In-silico analysis of gymnemagenin from Gymnema sylvestre (Retz.) R.Br. with targets related to diabetes

• The present study elucidates the possible roles of gymnemagenin as ligand binding with at least 7 of 15 potential protein targets associated with glucose metabolism.
• The ADMET properties have been predicted for gymnemagenin which was shown to be non-carcinogenic, non-toxic and biodegradable making it fit for human use.
• The results of this study not only demonstrate the drug likeliness of gymnemagenin but also provide possible scientific indication of its probable modes of action.
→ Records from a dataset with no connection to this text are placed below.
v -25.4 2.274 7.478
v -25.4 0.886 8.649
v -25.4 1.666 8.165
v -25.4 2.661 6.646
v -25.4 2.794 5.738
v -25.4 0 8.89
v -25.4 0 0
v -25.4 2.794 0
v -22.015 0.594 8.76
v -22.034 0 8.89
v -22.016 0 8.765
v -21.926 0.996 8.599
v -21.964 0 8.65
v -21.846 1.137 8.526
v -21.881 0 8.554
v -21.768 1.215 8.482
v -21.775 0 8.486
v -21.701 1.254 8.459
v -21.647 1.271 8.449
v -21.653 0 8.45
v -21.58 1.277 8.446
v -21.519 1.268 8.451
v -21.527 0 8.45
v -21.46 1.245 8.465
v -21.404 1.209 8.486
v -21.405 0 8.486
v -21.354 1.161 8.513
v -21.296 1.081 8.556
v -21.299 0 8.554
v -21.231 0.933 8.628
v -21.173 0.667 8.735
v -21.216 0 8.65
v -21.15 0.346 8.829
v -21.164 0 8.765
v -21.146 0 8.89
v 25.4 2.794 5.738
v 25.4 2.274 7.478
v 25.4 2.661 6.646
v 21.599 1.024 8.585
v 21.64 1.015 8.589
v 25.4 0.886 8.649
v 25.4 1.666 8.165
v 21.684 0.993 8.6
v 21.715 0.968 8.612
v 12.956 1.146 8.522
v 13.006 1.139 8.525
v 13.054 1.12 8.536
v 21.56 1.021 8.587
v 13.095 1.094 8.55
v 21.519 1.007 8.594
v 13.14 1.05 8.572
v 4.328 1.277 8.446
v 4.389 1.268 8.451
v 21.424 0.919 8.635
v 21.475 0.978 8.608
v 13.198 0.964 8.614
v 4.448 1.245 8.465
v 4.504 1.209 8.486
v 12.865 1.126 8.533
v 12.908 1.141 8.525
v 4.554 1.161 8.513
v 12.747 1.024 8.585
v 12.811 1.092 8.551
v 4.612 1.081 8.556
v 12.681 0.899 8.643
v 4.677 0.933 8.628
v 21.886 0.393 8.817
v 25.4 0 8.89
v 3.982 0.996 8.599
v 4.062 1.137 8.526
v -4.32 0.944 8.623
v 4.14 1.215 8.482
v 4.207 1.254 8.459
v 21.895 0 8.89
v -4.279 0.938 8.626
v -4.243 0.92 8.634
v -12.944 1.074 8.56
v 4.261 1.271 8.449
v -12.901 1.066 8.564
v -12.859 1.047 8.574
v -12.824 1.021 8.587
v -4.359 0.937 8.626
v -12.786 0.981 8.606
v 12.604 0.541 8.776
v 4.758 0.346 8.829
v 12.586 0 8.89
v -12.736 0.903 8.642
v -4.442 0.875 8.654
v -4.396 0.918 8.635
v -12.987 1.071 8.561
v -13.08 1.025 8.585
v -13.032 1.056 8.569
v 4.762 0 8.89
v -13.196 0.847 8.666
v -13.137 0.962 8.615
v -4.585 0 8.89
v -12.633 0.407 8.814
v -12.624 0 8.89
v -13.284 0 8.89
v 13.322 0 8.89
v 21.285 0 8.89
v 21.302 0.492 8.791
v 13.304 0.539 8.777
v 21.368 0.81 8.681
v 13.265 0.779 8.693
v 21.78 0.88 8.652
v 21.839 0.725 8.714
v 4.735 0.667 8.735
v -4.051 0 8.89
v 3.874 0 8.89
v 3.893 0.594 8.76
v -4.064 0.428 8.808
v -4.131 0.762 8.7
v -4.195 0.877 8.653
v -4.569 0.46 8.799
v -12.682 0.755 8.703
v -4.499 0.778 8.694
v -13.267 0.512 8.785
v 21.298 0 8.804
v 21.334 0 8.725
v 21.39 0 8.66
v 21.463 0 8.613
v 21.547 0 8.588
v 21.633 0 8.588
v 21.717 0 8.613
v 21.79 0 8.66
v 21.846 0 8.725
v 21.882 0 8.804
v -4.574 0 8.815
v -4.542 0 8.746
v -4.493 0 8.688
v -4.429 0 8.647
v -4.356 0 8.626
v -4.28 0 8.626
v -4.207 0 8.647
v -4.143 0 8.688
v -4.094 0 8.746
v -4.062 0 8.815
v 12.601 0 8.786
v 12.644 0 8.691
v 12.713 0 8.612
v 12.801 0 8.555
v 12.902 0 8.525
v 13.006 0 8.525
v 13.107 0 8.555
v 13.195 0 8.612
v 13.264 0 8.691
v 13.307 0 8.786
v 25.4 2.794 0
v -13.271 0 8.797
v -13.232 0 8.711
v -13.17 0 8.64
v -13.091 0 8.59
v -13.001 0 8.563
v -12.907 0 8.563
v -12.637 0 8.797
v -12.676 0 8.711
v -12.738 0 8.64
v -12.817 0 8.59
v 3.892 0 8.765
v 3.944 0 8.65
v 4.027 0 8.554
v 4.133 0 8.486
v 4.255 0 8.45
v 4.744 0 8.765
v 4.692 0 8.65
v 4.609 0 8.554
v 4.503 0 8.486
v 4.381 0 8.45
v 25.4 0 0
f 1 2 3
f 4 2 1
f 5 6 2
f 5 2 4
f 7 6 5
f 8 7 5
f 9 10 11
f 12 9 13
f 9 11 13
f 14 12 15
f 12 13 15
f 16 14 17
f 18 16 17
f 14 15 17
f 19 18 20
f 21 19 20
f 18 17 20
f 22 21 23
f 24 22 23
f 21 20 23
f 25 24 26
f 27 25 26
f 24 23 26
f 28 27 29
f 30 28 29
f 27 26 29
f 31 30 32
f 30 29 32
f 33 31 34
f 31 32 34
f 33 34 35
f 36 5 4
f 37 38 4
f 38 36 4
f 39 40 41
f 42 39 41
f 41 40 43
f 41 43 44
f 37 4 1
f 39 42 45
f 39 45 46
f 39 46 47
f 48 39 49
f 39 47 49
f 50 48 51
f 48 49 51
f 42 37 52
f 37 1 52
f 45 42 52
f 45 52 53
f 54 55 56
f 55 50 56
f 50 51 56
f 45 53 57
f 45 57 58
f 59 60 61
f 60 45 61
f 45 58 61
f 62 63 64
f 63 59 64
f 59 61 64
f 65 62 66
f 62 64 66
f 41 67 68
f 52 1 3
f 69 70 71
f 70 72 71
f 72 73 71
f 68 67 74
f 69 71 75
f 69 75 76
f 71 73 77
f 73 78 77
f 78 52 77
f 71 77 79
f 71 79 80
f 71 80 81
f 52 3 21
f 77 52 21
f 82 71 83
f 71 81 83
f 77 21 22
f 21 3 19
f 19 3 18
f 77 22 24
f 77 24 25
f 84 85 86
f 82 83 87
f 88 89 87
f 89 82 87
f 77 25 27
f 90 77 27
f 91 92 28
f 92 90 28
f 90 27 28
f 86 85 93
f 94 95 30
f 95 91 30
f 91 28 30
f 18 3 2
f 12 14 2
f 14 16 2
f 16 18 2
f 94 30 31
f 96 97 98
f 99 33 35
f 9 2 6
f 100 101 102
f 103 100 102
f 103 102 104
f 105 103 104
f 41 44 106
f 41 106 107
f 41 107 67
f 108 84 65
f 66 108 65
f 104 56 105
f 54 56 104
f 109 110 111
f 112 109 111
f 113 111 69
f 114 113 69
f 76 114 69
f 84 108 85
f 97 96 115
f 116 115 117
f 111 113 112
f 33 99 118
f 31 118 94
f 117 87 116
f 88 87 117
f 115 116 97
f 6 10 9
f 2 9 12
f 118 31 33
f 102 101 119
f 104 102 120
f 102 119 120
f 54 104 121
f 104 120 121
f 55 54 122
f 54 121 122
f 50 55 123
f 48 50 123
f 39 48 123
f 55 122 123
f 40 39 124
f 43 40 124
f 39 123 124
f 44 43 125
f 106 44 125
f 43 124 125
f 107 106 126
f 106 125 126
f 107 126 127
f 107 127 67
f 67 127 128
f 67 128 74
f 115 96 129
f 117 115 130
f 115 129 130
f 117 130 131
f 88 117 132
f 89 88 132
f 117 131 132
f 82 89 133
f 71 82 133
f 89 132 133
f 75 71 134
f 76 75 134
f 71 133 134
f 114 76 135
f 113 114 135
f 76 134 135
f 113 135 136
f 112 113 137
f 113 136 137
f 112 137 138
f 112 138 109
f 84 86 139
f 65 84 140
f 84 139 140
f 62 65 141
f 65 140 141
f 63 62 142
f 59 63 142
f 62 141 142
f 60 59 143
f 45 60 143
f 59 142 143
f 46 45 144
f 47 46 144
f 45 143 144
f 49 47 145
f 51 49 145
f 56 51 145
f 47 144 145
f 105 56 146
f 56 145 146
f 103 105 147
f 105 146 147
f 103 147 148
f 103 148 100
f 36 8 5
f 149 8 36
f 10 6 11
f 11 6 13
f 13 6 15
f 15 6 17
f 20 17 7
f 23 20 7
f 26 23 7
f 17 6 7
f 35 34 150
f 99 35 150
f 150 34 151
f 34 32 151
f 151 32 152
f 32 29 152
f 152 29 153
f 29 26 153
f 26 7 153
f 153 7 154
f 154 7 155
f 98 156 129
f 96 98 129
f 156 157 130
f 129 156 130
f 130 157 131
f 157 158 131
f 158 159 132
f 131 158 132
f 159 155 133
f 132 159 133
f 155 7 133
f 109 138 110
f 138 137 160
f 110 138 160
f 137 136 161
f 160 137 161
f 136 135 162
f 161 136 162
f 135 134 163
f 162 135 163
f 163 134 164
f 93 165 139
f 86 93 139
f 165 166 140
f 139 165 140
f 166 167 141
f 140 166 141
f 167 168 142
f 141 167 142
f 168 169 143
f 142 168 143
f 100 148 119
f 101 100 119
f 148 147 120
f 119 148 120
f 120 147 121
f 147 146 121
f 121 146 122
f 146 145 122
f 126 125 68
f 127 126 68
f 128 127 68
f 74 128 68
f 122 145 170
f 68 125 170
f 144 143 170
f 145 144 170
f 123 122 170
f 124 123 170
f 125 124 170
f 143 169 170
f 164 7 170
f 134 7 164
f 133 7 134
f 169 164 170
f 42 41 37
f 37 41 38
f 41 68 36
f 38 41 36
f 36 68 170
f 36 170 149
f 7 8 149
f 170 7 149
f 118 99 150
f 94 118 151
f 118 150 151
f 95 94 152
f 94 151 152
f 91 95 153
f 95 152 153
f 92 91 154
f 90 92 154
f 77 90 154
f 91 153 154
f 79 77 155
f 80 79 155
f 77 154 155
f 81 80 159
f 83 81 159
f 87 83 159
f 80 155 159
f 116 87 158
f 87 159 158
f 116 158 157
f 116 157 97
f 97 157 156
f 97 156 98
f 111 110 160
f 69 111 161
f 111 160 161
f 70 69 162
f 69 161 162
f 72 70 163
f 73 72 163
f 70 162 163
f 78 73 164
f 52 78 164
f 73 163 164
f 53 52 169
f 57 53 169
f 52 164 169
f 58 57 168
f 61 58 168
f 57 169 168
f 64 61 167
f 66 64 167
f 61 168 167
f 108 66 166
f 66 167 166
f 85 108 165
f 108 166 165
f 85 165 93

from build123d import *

# Parameters (mm, degrees)
F0_W        = 50.8
F0_H        = 2.794
F1_DEPTH    = 8.89
F2_T1_DEPTH = 66.5602855304
F4_DEPTH    = 25.4


# Not quite as in the source:
# - a fillet or chamfer that OpenCascade refuses, or shapes differently, is made with other operations: its cross-section is extruded or revolved along the edge and cut away or added


with BuildPart() as f1:
    # F0 (on Top) → F1 (new body)
    with BuildSketch(Plane.XY):
        with Locations((0, 1.397)):
            Rectangle(F0_W, F0_H)
    extrude(amount=F1_DEPTH)

    # F2: fillet of radius 3.175 on 1 edges, made by hand

    # F2_s2 → F2_t1 (cut)
    with BuildSketch(Plane.YZ.offset(-33.2801427652)):
        with BuildLine():
            ThreePointArc((2.794, 5.7379428939), (1.9949524406, 7.8439996358), (0, 8.89))
            Line((0, 8.89), (2.794, 8.89))
            Line((2.794, 8.89), (2.794, 5.7379428939))
        make_face()
    extrude(amount=F2_T1_DEPTH, mode=Mode.SUBTRACT)

    # F3 (on face) → F4 (cut)
    with BuildSketch(Plane.XZ):
        with BuildLine():
            ThreePointArc((-22.0345, 8.89), (-21.59, 8.4455), (-21.1455, 8.89))
            Line((-21.1455, 8.89), (-22.0345, 8.89))
        make_face()
        with BuildLine():
            Line((-12.6238, 8.89), (-13.2842, 8.89))
            ThreePointArc((-13.2842, 8.89), (-12.954, 8.5598), (-12.6238, 8.89))
        make_face()
        with BuildLine():
            Line((13.3223, 8.89), (12.5857, 8.89))
            ThreePointArc((12.5857, 8.89), (12.954, 8.5217), (13.3223, 8.89))
        make_face()
        with BuildLine():
            ThreePointArc((21.2852, 8.89), (21.59, 8.5852), (21.8948, 8.89))
            Line((21.8948, 8.89), (21.2852, 8.89))
        make_face()
        with BuildLine():
            Line((-4.0513, 8.89), (-4.5847, 8.89))
            ThreePointArc((-4.5847, 8.89), (-4.318, 8.6233), (-4.0513, 8.89))
        make_face()
        with BuildLine():
            Line((4.7625, 8.89), (3.8735, 8.89))
            ThreePointArc((3.8735, 8.89), (4.318, 8.4455), (4.7625, 8.89))
        make_face()
    extrude(amount=-F4_DEPTH, mode=Mode.SUBTRACT)


solid = f1.part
• The results were found comparable with two clinically used anti-diabetic compounds, viz., repaglinide and sitagliptin.
• Our study underscores the importance of gymnemagenin which could be developed as a potent anti-diabetic drug.
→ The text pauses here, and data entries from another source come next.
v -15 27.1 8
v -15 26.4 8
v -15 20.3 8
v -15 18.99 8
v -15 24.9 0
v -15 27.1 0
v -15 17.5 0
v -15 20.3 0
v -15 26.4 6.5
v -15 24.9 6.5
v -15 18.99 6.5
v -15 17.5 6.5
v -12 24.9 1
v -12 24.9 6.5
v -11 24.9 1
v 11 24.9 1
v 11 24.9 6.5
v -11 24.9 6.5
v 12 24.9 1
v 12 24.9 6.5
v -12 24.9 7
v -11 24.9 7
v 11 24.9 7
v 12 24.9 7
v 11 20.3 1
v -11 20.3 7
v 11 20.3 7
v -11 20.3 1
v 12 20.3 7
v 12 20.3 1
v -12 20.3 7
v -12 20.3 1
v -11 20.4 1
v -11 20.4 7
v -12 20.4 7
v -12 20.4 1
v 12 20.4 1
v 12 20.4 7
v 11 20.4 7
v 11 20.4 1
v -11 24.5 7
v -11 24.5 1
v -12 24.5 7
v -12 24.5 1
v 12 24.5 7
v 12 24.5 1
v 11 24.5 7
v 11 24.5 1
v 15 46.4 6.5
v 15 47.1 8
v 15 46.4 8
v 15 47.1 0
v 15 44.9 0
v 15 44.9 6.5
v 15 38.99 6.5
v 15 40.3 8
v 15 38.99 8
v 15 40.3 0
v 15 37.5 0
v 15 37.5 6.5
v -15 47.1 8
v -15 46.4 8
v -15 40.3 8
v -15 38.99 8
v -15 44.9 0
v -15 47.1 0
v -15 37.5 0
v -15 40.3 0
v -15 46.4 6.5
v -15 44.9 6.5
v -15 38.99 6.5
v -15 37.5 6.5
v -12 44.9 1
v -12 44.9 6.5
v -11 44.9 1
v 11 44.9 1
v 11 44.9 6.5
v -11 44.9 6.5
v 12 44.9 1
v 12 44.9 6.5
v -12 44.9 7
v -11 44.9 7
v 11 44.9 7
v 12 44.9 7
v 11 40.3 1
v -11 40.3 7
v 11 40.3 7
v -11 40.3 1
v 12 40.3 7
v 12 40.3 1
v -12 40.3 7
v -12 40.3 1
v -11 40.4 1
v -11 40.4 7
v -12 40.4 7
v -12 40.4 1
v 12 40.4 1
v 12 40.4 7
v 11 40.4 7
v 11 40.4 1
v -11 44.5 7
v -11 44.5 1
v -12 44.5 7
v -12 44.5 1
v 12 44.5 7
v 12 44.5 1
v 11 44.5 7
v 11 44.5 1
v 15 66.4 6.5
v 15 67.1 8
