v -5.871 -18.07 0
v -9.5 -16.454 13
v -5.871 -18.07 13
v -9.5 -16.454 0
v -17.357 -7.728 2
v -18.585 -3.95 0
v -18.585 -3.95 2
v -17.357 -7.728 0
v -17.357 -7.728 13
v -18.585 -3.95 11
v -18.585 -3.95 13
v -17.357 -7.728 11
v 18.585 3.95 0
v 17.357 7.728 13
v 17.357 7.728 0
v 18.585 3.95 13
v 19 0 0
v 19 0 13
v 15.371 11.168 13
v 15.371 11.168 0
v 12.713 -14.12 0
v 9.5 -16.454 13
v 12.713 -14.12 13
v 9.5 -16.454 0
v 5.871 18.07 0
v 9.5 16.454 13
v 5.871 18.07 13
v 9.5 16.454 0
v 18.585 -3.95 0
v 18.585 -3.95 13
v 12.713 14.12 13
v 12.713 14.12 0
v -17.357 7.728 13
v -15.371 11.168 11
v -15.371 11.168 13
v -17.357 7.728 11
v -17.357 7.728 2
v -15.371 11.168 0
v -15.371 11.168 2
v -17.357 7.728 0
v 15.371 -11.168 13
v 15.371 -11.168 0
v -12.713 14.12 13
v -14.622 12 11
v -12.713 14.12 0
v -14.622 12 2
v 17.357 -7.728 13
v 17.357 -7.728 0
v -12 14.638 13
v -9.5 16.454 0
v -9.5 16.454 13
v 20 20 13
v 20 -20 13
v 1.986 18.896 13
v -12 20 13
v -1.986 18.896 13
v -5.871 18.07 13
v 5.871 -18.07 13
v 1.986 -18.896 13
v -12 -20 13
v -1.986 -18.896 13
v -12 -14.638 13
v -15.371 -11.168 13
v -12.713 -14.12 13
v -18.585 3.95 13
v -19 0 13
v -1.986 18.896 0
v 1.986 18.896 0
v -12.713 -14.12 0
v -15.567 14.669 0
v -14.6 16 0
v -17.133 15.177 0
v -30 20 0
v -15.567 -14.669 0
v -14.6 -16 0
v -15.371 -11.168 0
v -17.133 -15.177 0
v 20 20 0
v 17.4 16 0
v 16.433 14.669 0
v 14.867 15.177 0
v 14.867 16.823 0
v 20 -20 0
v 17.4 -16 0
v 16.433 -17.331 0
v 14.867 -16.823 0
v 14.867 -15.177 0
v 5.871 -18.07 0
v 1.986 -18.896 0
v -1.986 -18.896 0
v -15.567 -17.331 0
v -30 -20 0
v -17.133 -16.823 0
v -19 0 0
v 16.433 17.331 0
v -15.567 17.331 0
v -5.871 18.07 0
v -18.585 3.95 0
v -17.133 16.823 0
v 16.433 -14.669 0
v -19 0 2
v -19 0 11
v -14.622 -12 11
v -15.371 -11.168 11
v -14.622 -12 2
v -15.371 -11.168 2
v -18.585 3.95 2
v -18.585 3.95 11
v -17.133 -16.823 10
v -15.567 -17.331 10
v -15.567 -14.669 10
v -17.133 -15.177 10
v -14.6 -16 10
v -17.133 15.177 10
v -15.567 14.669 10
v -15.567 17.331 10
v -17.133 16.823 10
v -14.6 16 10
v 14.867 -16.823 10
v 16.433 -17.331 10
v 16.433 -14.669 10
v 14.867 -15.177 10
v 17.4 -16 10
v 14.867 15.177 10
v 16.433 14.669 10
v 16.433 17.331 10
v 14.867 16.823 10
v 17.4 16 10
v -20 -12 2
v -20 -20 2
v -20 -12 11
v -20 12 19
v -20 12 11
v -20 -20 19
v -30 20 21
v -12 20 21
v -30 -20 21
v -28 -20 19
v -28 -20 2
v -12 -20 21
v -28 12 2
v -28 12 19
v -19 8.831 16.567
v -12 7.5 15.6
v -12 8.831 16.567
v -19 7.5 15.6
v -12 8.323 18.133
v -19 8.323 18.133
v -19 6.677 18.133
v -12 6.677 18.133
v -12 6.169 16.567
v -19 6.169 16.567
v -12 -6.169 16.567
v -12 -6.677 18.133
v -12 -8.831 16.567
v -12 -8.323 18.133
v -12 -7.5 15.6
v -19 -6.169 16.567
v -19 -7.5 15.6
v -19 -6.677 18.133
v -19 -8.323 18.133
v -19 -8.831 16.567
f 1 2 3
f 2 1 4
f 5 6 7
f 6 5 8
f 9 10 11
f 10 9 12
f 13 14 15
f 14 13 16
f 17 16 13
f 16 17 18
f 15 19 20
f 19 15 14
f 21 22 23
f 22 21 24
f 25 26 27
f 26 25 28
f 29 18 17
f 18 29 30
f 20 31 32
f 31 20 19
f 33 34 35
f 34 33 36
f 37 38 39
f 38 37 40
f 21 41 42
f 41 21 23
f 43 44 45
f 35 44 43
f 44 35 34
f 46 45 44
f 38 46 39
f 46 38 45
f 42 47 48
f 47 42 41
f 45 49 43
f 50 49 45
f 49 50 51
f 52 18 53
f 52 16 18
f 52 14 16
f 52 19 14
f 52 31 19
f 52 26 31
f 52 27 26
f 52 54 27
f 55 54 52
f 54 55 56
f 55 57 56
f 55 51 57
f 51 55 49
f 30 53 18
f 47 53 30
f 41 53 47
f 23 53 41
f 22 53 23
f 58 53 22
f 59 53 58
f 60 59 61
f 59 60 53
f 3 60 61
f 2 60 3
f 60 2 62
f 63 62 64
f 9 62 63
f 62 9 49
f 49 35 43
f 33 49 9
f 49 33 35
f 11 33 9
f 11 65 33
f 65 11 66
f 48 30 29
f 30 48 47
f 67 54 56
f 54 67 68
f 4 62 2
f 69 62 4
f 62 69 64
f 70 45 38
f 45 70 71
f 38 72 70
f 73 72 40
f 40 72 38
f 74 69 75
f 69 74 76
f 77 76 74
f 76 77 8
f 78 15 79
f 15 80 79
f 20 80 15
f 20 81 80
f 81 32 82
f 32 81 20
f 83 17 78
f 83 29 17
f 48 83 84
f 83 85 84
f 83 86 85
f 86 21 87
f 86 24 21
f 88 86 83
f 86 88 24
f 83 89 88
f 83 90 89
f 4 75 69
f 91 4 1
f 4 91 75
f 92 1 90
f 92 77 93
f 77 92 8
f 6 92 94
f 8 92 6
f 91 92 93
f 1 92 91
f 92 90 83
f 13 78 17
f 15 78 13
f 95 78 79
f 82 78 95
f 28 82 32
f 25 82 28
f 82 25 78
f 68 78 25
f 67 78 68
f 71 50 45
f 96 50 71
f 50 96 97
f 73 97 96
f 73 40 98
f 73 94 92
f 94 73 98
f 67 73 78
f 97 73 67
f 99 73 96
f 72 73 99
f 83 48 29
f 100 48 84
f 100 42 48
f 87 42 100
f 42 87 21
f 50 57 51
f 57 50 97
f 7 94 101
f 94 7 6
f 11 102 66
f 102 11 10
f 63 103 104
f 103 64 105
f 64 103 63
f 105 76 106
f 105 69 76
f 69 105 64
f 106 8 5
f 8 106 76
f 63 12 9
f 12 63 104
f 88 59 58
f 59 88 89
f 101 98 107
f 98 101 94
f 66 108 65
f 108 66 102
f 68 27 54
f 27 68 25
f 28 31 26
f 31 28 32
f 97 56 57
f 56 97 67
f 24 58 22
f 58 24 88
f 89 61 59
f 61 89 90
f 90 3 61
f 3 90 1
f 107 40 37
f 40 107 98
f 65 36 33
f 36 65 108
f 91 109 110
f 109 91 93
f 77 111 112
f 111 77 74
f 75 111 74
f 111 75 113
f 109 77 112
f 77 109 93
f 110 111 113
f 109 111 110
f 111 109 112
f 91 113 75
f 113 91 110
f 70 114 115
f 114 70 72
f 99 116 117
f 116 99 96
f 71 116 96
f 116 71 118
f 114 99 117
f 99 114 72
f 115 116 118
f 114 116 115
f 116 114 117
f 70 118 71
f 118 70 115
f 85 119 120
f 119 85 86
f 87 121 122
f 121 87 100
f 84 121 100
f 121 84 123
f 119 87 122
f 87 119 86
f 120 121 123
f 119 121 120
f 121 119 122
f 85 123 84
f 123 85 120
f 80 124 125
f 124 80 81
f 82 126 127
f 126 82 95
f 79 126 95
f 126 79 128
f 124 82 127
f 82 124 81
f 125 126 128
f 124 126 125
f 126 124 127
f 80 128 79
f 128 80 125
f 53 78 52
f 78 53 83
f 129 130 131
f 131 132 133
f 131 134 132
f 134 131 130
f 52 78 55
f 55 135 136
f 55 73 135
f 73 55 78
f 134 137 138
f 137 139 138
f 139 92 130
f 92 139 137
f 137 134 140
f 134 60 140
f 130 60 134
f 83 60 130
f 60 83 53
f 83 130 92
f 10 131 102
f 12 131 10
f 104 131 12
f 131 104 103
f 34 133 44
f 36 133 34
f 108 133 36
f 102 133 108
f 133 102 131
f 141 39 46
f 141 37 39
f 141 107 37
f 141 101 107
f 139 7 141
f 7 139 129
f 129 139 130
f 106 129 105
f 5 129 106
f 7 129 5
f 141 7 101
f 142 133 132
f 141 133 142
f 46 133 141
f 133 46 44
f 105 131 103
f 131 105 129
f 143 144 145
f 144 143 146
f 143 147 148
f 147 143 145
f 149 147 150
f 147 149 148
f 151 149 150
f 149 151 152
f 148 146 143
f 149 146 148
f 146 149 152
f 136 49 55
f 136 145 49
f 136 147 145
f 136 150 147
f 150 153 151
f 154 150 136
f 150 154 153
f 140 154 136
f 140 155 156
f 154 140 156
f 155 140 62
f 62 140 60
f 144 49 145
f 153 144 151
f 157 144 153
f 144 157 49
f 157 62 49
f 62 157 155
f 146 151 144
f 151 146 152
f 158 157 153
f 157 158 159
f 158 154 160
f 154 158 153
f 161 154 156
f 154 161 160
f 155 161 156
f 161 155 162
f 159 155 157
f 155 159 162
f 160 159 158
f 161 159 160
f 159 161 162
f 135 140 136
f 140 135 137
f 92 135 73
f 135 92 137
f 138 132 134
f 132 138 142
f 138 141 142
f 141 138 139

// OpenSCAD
srewDiam = 2.8; // diameter in mm
union()
{  
  // fan mounting base
  difference()
  {
    translate([-20,-20,0])cube([40, 40, 13]); 
    union()
      {
	  cylinder(r=19, h=13);
	  // screwholes
        translate([-16,-16,0])cylinder(r=1.4,h=10);
	  translate([-16,16,0])cylinder(r=1.4,h=10);
	  translate([16,-16,0])cylinder(r=1.4,h=10);
	  translate([16,16,0])cylinder(r=1.4,h=10);
	}
  translate([-20,-12,2])cube([10,24,9]);
  }
  // x-carriage mount plate
  difference() 
  {
    translate([-20,-20,13])cube([8,40,8]);
    union()
    {
      // screwholes
      translate([-19,7.5,17])rotate([0,90,0])cylinder(r=1.4,h=7);
      translate([-19,-7.5,17])rotate([0,90,0])cylinder(r=1.4,h=7);
    }
  }
  // air duct
  difference()
  {
    translate([-30,-20,0])cube([10,40,21]);
    translate([-28,-20,2])cube([8,32,17]);
  }
  
}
Diabetes is a metabolic disorder characterized by higher than normal glucose in the blood. Most oral hypoglycemic drugs available in market produce adverse side effects which have resulted in continued search for new therapeutic agents with little or no side effects. Herbal drugs are considered relatively safer alternatives and Gymnema sylvestre is one of the most well established natural remedy for diabetes and is traded worldwide under several brands. In the present study an attempt has been made to use in silico techniques to understand and predict the drug likeliness of gymnemagenin, one of the key constituents of G. sylvestre against 15 proteins having key role in carbohydrate metabolism. Gymnemagenin was found to dock well with crystallographic structures of 7 of the 15 selected targets and was found even better than the two known clinically used antidiabetic compounds, repaglinide and sitagliptin taken in the study for comparison. Gymnemagenin therefore can be considered further for development into a potent anti-diabetic drug.